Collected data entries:
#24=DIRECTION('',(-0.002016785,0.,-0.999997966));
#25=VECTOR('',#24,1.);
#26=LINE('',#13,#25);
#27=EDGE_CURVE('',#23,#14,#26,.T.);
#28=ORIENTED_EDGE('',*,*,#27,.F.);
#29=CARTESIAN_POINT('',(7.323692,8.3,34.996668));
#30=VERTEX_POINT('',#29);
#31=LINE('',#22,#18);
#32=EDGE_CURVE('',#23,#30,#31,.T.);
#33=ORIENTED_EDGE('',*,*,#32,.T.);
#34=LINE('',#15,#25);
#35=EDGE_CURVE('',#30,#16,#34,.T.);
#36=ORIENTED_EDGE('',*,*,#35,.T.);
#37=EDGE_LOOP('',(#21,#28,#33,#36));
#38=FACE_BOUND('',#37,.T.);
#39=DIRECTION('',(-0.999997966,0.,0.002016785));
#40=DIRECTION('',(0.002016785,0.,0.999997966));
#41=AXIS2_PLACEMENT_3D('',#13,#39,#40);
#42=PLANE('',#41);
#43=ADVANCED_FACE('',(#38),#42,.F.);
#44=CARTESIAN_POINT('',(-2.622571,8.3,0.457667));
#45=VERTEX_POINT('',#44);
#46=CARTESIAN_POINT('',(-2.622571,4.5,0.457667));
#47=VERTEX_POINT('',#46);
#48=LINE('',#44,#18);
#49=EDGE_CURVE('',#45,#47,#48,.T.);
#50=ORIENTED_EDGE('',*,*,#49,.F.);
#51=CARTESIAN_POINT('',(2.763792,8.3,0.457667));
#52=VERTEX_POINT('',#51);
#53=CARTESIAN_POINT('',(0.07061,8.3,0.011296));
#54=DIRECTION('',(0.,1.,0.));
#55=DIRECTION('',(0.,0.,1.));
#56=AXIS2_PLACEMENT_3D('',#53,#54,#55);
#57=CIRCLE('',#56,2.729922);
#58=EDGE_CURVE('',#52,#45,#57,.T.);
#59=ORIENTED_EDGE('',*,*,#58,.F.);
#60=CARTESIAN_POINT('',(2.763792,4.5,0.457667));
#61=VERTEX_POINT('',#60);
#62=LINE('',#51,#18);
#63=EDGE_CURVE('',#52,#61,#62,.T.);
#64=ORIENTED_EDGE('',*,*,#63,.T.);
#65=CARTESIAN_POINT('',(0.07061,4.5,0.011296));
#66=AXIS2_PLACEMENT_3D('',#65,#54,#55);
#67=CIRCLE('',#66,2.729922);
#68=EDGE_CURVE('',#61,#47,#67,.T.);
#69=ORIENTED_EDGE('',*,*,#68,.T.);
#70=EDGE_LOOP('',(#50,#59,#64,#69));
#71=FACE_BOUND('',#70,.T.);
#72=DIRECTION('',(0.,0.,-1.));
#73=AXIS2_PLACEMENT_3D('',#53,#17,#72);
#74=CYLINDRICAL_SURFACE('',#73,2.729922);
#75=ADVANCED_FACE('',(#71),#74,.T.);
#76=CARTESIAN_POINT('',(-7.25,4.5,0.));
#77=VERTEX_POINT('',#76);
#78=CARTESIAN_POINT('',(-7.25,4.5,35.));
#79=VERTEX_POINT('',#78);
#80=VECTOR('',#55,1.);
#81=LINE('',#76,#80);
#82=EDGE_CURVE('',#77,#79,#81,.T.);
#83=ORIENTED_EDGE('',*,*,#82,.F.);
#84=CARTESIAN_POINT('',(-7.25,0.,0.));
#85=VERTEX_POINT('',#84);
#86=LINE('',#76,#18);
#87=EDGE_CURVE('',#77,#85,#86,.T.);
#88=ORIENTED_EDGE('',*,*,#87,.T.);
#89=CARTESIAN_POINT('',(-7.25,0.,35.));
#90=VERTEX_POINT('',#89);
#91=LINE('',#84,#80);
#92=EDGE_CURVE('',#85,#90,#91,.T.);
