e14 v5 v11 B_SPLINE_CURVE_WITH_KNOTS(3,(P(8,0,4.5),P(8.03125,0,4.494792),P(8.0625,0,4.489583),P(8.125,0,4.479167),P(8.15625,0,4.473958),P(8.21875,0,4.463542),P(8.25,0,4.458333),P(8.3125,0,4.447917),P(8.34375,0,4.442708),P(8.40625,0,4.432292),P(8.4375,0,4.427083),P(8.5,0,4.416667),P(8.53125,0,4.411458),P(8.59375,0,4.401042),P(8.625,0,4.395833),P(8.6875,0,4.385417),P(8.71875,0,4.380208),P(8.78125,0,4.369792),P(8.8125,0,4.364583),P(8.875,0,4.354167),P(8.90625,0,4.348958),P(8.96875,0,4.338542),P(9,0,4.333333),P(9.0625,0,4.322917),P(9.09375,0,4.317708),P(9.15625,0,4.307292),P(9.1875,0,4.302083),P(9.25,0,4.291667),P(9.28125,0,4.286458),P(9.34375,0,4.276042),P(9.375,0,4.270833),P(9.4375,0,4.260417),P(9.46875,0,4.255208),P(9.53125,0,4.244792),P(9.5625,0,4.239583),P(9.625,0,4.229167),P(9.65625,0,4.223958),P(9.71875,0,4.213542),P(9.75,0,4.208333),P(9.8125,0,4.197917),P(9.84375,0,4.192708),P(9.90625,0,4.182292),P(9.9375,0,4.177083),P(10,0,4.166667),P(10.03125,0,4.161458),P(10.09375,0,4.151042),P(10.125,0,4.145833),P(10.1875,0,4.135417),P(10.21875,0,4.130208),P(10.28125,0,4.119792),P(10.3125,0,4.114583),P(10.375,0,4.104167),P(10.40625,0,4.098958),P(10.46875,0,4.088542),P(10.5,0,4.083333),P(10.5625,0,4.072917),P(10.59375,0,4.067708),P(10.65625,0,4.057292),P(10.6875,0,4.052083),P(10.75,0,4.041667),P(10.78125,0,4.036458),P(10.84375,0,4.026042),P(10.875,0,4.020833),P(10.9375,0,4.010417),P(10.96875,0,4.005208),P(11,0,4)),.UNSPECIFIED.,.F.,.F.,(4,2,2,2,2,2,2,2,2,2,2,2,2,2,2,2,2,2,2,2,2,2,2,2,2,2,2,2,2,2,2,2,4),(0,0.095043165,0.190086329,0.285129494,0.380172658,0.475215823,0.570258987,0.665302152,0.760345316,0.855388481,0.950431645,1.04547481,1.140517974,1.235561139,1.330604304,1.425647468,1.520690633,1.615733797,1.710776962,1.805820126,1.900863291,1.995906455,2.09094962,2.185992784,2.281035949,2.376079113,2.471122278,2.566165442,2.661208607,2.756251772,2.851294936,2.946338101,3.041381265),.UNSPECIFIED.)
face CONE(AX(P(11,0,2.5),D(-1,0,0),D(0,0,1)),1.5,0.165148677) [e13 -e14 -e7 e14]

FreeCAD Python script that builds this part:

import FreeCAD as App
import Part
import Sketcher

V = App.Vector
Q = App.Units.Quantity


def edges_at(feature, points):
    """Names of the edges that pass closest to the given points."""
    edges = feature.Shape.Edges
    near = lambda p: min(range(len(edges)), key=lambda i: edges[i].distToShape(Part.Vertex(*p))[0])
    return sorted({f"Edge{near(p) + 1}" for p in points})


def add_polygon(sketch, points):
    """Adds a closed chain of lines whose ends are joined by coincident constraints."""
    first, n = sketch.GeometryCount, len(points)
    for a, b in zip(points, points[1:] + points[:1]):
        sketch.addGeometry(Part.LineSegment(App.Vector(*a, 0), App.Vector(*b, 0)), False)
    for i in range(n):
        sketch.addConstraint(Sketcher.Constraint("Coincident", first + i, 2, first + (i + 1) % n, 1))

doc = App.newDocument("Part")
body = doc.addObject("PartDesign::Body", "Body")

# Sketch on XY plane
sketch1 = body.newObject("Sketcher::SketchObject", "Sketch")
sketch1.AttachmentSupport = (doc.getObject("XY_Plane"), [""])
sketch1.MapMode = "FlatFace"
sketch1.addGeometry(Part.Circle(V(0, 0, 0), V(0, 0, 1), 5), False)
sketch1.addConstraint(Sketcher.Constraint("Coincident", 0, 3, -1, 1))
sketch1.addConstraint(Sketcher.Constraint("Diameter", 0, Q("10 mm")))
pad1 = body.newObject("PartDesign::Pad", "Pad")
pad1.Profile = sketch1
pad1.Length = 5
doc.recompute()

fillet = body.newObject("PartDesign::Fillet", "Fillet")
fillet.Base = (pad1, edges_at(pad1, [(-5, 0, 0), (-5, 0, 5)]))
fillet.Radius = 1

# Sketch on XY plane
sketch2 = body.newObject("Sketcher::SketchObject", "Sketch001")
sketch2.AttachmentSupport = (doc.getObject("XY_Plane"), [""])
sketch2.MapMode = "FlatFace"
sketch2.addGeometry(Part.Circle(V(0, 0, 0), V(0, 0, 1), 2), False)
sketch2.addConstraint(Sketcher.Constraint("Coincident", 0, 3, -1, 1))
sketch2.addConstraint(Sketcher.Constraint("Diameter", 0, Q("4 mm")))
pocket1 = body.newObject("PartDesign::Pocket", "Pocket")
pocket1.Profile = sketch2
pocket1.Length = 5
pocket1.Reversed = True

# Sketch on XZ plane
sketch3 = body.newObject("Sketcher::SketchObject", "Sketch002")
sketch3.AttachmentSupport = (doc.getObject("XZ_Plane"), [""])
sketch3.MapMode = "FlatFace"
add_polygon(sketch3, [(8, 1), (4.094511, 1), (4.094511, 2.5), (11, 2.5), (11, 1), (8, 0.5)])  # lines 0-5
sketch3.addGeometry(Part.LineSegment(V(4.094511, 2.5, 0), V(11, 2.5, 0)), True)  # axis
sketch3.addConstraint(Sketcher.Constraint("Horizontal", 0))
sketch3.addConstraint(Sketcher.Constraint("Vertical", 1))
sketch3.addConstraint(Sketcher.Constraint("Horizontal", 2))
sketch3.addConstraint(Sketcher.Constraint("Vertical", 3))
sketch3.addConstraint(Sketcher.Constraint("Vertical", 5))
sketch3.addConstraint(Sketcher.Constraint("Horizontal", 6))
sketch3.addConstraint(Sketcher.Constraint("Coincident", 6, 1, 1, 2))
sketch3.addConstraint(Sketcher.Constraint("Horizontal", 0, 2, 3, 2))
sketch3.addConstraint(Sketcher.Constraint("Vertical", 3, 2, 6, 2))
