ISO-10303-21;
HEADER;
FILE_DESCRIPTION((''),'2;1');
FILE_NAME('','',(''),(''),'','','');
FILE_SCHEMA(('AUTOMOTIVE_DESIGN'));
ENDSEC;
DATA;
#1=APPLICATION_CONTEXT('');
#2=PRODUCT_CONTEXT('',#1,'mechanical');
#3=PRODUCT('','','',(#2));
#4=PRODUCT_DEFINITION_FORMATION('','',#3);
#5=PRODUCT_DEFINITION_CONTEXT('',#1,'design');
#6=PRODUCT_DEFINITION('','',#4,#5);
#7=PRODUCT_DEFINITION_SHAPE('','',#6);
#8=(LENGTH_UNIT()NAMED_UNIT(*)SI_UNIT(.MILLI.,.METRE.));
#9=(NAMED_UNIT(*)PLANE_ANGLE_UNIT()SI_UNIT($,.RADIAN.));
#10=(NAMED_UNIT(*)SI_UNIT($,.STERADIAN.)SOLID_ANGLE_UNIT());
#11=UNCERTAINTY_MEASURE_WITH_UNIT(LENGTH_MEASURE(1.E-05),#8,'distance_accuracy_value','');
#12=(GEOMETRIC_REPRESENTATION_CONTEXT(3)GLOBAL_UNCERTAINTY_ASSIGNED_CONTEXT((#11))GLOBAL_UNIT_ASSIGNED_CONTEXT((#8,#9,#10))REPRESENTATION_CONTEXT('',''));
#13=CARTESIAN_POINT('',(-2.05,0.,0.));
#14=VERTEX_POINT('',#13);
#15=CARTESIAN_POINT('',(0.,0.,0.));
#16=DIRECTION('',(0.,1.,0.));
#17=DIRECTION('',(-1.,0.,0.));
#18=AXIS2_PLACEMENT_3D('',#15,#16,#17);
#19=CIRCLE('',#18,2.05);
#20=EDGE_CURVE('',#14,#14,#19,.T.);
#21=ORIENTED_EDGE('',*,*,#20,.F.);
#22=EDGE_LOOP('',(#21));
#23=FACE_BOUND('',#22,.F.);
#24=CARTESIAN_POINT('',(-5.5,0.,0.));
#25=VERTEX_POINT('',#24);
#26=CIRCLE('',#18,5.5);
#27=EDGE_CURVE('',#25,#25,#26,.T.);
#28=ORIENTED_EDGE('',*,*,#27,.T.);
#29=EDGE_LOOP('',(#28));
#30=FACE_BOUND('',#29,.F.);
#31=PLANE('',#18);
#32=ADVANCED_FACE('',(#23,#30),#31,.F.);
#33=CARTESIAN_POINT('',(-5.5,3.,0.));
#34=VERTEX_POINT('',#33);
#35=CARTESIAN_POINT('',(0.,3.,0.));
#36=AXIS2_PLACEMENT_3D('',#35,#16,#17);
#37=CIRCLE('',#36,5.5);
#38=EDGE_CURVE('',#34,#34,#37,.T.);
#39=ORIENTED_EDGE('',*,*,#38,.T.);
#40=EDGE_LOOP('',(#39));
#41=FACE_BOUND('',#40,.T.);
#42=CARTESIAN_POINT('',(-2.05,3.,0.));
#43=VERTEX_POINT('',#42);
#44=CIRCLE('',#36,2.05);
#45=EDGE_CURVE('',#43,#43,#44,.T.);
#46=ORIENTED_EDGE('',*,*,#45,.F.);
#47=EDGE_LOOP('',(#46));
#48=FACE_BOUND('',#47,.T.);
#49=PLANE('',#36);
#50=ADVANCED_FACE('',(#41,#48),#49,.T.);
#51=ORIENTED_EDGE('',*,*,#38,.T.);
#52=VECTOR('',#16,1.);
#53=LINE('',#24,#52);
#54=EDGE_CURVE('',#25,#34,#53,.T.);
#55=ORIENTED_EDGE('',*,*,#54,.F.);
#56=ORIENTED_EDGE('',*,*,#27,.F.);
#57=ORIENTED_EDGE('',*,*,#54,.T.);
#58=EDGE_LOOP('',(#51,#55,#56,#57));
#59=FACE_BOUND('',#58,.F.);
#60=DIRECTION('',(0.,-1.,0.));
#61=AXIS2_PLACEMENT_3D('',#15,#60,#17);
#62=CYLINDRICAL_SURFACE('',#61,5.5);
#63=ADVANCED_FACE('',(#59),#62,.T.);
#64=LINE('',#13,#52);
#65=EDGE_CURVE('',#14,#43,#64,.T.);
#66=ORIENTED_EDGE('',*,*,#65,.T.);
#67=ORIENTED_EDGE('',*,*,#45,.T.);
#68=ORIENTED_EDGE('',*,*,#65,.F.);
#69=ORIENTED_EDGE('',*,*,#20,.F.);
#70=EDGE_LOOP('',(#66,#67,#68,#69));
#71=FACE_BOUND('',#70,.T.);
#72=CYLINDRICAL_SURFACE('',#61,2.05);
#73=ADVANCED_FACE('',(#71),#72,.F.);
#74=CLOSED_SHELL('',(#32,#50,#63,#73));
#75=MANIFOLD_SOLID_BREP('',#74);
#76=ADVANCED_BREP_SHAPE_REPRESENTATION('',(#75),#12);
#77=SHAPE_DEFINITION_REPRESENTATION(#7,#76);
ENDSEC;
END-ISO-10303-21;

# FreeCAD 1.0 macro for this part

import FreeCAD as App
import Part
import Sketcher

V = App.Vector

doc = App.newDocument("Part")
params = doc.addObject("Spreadsheet::Sheet", "Params")
for row, (alias, value) in enumerate([
    ("sketch1_diameter", "11 mm"),
    ("sketch1_diameter2", "4.1 mm"),
    ("pad1_length", "3 mm"),
], start=1):
    params.set(f"A{row}", alias)
    params.set(f"B{row}", "=" + value)
    params.setAlias(f"B{row}", alias)

body = doc.addObject("PartDesign::Body", "Body")

sketch1 = body.newObject("Sketcher::SketchObject", "Sketch")
sketch1.AttachmentSupport = (doc.getObject("XZ_Plane"), [""])
sketch1.MapMode = "FlatFace"
sketch1.addGeometry([
    Part.Circle(V(0, 0, 0), V(0, 0, 1), 5.5),
    Part.Circle(V(0, 0, 0), V(0, 0, 1), 2.05),
], False)
sketch1.addConstraint([
    Sketcher.Constraint("Coincident", 0, 3, -1, 1),
    Sketcher.Constraint("Coincident", 1, 3, -1, 1),
    Sketcher.Constraint("Diameter", 0, 11.0),
    Sketcher.Constraint("Diameter", 1, 4.1),
])
sketch1.setExpression("Constraints[2]", "Params.sketch1_diameter")
sketch1.setExpression("Constraints[3]", "Params.sketch1_diameter2")
pad1 = body.newObject("PartDesign::Pad", "Pad")
pad1.Profile = sketch1
pad1.setExpression("Length", "Params.pad1_length")
pad1.Reversed = True

doc.recompute()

◆ **Brief**: Among the entries above, how many lines contain the string "this"? Only the number should be given.

◆ **Answer area**: 2